Elsevier

Neuropharmacology

Volume 139, 1 September 2018, Pages 52-60
Neuropharmacology

Chronic sleep restriction increases pain sensitivity over time in a periaqueductal gray and nucleus accumbens dependent manner

https://doi.org/10.1016/j.neuropharm.2018.06.022Get rights and content

Highlights

  • Sleep restriction for 6 h daily induces a pronociceptive effect.

  • The effect increases progressively from day 3 to day 12 remaining stable thereafter.

  • Two consecutive days of free sleep were not enough to reverse the effect.

  • Chronic sleep restriction increases pain sensitivity in a NAc and PAG dependent manner.

  • c-Fos protein expression within the NAc and PAG correlates with the pronociceptive effect.

Abstract

Painful conditions and sleep disturbances are major public health problems worldwide and one directly affects the other. Sleep loss increases pain prevalence and severity; while pain disturbs sleep. However, the underlying mechanisms are largely unknown. Here we asked whether chronic sleep restriction for 6 h daily progressively increases pain sensitivity and if this increase is reversed after two days of free sleep. Also, whether the pronociceptive effect of chronic sleep restriction depends on the periaqueductal grey and on the nucleus accumbens, two key regions involved in the modulation of pain and sleep-wake cycle. We showed that sleep restriction induces a pronociceptive effect characterized by a significant decrease in the mechanical paw withdrawal threshold in rats. Such effect increases progressively from day 3 to day 12 remaining stable thereafter until day 26. Two consecutive days of free sleep were not enough to reverse the effect, not even to attenuate it. This pronociceptive effect depends on the periaqueductal grey and on the nucleus accumbens, since it was prevented by their excitotoxic lesion.
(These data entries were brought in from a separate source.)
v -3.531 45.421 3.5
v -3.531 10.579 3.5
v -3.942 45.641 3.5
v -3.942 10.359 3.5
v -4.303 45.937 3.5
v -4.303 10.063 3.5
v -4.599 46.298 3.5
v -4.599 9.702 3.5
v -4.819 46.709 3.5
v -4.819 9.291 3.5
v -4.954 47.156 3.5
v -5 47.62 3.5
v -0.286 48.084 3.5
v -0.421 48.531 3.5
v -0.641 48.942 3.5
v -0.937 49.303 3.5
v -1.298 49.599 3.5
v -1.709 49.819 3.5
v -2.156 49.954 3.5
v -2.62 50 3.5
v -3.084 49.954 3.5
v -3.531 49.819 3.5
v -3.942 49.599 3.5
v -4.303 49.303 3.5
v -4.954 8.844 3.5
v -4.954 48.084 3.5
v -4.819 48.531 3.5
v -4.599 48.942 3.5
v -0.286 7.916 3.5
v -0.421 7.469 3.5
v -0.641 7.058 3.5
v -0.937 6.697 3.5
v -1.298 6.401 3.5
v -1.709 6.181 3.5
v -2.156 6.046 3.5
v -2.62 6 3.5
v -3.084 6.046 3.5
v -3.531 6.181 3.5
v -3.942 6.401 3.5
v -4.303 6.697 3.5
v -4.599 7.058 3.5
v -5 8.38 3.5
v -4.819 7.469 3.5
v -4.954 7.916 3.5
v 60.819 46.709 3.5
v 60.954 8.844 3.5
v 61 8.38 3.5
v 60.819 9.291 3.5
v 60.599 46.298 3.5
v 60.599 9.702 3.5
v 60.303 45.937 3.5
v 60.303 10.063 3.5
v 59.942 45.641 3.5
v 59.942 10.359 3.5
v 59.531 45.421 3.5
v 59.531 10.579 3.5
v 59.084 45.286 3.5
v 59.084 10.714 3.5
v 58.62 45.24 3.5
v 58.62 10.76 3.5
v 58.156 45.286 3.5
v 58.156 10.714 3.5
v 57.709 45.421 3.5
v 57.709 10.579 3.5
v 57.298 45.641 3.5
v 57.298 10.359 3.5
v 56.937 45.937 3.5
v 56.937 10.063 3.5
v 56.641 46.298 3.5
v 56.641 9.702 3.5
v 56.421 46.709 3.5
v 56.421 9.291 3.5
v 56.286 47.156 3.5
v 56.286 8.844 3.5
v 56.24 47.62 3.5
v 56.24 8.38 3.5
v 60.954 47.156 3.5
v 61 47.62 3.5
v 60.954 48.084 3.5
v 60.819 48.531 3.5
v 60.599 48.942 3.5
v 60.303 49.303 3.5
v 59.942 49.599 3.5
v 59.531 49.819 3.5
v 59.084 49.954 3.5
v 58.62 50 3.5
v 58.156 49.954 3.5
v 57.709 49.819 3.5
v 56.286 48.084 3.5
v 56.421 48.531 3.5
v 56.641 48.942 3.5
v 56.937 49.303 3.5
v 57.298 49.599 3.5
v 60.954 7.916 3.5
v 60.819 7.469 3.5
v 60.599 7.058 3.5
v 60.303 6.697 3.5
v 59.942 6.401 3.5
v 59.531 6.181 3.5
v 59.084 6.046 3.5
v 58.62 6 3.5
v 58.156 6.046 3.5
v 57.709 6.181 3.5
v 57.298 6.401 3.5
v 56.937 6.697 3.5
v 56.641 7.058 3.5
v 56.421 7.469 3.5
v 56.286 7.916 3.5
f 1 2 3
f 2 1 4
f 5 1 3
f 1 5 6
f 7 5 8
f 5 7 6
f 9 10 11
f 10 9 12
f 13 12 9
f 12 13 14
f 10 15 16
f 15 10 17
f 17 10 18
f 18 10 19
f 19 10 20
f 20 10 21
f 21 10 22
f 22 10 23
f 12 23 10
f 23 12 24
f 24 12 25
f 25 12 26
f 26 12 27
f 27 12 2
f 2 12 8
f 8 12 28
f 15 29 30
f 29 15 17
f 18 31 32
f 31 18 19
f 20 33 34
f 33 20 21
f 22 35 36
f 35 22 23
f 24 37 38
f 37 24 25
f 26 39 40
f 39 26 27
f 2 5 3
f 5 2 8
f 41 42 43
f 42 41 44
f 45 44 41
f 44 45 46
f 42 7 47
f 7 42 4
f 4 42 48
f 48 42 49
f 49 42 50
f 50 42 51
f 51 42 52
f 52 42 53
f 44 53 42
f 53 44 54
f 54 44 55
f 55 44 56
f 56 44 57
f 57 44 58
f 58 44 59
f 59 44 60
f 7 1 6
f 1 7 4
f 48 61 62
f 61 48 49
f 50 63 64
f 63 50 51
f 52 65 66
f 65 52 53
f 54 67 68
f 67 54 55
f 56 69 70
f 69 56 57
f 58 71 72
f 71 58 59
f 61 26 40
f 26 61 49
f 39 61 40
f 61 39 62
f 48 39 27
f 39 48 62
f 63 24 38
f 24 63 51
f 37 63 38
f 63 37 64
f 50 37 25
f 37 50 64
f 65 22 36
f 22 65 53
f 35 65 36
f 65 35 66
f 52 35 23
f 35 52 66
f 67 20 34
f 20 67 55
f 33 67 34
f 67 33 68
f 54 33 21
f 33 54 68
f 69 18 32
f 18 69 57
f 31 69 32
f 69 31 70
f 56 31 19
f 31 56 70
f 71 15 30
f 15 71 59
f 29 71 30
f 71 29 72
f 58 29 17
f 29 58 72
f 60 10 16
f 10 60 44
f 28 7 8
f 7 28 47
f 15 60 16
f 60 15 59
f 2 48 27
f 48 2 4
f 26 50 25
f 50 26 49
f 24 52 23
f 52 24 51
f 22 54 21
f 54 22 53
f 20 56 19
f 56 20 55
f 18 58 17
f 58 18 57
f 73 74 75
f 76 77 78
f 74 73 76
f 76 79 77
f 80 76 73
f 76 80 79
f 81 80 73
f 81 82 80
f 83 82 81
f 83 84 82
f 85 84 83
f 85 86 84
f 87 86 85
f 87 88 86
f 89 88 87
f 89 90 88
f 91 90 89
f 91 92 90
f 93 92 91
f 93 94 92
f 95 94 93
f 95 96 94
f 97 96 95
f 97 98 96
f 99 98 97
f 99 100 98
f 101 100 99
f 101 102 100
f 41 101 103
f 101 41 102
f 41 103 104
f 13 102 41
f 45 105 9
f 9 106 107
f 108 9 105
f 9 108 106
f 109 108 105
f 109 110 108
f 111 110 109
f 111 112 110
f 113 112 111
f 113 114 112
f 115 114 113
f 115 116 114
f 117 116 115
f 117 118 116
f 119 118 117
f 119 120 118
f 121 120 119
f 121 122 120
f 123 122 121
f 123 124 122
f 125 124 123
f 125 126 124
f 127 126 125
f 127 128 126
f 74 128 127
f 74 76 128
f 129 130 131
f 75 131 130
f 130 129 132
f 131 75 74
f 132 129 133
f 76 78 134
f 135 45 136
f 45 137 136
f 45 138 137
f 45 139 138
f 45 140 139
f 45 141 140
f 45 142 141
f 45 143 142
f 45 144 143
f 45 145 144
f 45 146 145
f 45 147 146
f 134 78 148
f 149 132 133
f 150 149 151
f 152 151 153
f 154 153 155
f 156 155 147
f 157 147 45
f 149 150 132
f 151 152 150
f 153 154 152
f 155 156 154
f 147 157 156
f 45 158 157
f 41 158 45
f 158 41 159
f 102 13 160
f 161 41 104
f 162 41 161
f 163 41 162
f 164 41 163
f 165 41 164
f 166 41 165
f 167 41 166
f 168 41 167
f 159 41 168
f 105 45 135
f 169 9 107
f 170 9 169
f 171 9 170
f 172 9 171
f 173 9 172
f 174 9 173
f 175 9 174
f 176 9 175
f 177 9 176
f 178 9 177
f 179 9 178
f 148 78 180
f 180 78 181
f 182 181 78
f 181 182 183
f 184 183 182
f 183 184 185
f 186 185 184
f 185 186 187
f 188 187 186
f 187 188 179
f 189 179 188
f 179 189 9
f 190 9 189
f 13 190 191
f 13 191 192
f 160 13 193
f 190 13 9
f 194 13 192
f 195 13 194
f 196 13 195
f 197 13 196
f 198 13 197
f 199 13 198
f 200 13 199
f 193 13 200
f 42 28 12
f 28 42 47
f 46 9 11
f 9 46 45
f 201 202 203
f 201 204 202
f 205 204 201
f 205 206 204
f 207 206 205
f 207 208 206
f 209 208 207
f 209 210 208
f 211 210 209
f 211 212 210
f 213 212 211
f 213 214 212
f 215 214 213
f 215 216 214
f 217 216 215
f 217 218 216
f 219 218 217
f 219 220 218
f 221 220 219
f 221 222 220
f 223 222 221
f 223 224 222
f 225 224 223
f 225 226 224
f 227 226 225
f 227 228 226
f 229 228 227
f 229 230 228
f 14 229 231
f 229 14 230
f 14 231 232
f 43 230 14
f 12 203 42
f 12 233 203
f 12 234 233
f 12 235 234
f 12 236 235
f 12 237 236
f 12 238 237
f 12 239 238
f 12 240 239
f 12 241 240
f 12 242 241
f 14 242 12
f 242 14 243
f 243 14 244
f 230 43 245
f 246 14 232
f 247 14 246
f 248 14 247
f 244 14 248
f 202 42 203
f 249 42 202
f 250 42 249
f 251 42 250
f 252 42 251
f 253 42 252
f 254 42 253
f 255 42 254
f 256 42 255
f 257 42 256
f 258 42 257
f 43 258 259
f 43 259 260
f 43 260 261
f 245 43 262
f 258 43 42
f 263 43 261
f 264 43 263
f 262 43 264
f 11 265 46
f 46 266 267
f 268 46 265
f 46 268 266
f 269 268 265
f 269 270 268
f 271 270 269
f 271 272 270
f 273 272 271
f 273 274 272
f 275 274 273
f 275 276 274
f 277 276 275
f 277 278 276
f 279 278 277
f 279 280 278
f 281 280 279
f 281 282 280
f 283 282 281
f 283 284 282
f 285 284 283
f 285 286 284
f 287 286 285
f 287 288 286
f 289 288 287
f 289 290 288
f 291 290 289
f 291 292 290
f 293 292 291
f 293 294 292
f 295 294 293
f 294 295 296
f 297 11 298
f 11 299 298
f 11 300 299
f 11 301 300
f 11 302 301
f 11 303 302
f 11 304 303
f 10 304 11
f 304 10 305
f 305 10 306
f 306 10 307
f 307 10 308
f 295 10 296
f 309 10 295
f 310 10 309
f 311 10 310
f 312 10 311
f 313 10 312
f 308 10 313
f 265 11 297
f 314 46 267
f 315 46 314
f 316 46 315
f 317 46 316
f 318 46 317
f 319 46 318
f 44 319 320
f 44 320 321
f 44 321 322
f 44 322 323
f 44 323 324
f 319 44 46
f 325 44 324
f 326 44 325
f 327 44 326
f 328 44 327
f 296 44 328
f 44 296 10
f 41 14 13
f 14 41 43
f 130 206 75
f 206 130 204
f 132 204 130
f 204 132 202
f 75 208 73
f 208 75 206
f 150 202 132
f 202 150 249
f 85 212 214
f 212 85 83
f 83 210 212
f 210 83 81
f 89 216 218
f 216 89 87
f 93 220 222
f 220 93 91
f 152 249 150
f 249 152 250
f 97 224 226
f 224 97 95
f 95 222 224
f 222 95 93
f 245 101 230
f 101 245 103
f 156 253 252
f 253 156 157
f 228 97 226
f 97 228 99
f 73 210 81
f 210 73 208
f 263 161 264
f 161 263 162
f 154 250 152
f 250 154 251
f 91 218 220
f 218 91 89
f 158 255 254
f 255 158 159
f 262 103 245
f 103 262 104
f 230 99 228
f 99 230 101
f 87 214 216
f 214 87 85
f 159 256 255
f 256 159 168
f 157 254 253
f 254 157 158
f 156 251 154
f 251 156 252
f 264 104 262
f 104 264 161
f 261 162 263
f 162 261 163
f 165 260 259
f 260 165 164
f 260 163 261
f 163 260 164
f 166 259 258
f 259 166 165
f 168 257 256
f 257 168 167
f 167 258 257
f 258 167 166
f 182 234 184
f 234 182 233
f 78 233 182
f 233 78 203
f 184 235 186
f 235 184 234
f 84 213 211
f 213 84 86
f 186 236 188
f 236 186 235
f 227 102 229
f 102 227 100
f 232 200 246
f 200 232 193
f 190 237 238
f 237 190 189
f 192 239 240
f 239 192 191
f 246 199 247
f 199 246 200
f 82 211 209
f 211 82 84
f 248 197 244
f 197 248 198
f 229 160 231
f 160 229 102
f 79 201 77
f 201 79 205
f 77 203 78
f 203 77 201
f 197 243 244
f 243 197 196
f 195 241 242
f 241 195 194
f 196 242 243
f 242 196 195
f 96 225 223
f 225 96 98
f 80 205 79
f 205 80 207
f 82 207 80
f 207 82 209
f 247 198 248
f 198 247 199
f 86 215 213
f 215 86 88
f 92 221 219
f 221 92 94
Complementarily, chronic sleep restriction significantly increased c-Fos protein expression within the periaqueductal grey and the nucleus accumbens and this correlates with the intensity of the pronociceptive effect, suggesting that the greater the neural activity in this regions, the greater the effect. These findings may contribute not only to understand why painful conditions are more prevalent and severe among people who sleep poorly, but also to develop therapeutic strategies to prevent this, increasing the effectiveness of pain management in this population.

Introduction

Pain conditions and sleep disorders are major public health problems worldwide (Appleton et al., 2018; Murphy et al., 2017) and there is a clear bidirectional relationship between them. There is no doubt that pain impairs sleep (Artner et al., 2013; Karaman et al., 2014) and different types of sleep impairment increase pain sensitivity (Okifuji and Hare, 2011). However, the underlying mechanisms are largely unknown.
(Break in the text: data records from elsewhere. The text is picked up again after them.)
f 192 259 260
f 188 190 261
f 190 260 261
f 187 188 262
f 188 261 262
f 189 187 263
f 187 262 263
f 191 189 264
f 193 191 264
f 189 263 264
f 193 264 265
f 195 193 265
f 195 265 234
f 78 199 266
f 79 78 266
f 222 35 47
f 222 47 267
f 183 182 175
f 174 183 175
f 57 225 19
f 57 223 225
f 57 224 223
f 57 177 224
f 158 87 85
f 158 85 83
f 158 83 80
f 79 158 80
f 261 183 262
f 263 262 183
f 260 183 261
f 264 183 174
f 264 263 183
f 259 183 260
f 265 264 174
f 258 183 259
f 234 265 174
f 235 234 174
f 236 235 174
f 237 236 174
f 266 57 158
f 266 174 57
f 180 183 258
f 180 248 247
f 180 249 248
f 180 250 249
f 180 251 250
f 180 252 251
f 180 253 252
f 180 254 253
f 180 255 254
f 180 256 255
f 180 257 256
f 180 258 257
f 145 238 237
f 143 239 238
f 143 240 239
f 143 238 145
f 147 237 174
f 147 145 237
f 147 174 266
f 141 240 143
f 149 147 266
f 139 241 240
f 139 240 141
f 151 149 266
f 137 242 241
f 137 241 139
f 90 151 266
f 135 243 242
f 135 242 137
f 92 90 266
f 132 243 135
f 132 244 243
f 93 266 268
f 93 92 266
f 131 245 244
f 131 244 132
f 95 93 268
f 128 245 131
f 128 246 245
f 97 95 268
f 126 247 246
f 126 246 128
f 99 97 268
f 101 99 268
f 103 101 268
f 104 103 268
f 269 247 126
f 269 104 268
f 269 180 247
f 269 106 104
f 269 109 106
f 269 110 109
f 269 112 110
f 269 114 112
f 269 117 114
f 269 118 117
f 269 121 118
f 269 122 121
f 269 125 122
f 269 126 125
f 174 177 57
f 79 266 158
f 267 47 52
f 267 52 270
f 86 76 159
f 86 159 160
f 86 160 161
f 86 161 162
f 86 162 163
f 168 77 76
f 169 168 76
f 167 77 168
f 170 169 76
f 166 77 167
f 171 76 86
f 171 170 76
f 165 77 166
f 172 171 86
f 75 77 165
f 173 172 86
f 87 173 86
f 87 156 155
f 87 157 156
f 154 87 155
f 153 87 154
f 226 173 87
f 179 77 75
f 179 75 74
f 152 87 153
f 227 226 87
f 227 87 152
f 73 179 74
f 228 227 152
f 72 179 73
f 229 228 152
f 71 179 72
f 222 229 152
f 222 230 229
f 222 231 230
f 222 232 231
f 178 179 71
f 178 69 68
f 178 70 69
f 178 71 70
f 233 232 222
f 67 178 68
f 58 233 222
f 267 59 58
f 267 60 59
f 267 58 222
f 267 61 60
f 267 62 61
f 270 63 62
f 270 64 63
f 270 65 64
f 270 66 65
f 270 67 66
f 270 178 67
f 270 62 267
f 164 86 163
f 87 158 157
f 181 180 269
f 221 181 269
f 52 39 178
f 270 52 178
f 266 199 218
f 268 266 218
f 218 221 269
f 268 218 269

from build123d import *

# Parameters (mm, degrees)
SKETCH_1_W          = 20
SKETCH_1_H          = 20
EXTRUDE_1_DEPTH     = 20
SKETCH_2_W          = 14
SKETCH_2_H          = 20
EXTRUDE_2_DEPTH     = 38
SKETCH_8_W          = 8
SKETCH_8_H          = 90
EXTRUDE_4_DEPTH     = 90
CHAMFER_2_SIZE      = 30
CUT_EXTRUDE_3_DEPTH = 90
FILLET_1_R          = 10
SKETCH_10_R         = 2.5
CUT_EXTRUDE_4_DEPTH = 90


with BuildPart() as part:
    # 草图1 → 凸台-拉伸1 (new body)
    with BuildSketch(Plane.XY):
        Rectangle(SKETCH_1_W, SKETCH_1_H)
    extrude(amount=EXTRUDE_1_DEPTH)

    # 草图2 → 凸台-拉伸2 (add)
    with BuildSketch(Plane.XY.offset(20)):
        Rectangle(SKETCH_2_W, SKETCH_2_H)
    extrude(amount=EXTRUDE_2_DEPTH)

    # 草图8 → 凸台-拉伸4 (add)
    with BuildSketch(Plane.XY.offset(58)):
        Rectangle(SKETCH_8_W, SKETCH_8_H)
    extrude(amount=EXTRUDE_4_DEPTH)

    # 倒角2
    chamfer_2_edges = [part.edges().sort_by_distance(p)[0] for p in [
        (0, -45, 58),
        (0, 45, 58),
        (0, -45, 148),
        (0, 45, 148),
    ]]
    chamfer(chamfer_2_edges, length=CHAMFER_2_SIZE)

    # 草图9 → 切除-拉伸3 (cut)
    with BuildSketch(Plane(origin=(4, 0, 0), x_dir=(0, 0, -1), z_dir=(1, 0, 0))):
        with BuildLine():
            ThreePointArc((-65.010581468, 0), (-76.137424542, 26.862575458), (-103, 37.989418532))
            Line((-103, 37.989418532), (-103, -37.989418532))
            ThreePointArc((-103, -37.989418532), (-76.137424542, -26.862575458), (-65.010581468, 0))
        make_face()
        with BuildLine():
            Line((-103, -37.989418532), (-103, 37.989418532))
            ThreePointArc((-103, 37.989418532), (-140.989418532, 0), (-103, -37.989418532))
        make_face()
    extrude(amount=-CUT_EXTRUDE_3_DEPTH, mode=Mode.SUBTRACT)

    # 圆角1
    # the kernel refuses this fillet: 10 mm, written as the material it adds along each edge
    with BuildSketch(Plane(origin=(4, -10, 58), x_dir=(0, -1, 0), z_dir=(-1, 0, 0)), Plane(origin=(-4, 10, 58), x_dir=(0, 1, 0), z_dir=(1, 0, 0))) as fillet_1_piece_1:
The reason why sleep disorders are great predictors of pain development (Mork and Nilsen, 2012; Okifuji and Hare, 2011) may rely on the ability of sleep loss to disrupt endogenous pain modulation, as suggested by clinical findings (Paul-Savoie et al., 2012; Tiede et al., 2010). In fact, several brain regions that play a key role in pain modulation, such as the ventrolateral periaqueductal gray (vlPAG) (Fields, 2004), and the Nucleus Accumbens (NAc), (Gear et al., 1999), also contribute to control sleep-wake cycle (Lu et al., 2006; Oishi et al., 2017; Weber et al., 2018). Since most sleep disorders are characterized by impairment mainly in rapid eye movement (REM) sleep (Brown et al., 2012; Naiman, 2017), we have performed REM sleep deprivation (REM-SD) in rats to provide a mechanistic basis for these clinical observations. According to our previous data, REM-SD increases nociceptive responses by disrupting the PAG-RVM (periaqueductal gray – rostral ventral medulla) descending pain modulation system (Tomim et al., 2016) as well as by increasing NAc adenosinergic activity and by decreasing NAc dopaminergic activity (Sardi et al., 2018).

However, insomnia (Calhoun et al., 2014) and restriction of sleep time due to occupational or recreational reasons have become increasingly frequent in the modern society (Owens et al., 2014). In order to mimic this decrease in sleep duration in laboratory animals, some types of gentle stimulation have been used to keep them awake for long periods of time. Like selective REM-SD (Damasceno et al., 2009; Nascimento et al., 2007; Sardi et al., 2018; Tomim et al., 2016; Wei et al., 2013), sleep restriction (SR) has been associated with increased pain sensitivity in both humans (Okifuji and Hare, 2011; Tiede et al., 2010) and animals (Alexandre et al., 2017). However, the underlying mechanisms are largely unknown and many unanswered questions remain. For example: Does the pronociceptive effect of sleep restriction increase over time? If yes, when does it reach the maximum intensity? Are two days of normal sleep (mimicking free sleep on weekends) enough to normalize pain sensitivity? Is the pronociceptive effect of chronic sleep restriction also dependent on the PAG and on the NAc? If yes, the neuronal activity within these regions increases with chronic sleep restriction? This study aimed to answer these questions.

Section snippets

Animals

The experiments were performed in male Wistar rats (270–300 g). The animals were housed five per cage in a room with controlled 12:12-h light/dark cycle and temperature (23 °C ± 2), with free access to food and water. All animal experimental procedures and protocols were approved by the Committee on Animal Research of the Federal University of Parana, Brazil, and followed the guidelines of the Ethics Standards of the International Association for the Study of Pain in animals (Zimmermann, 1983).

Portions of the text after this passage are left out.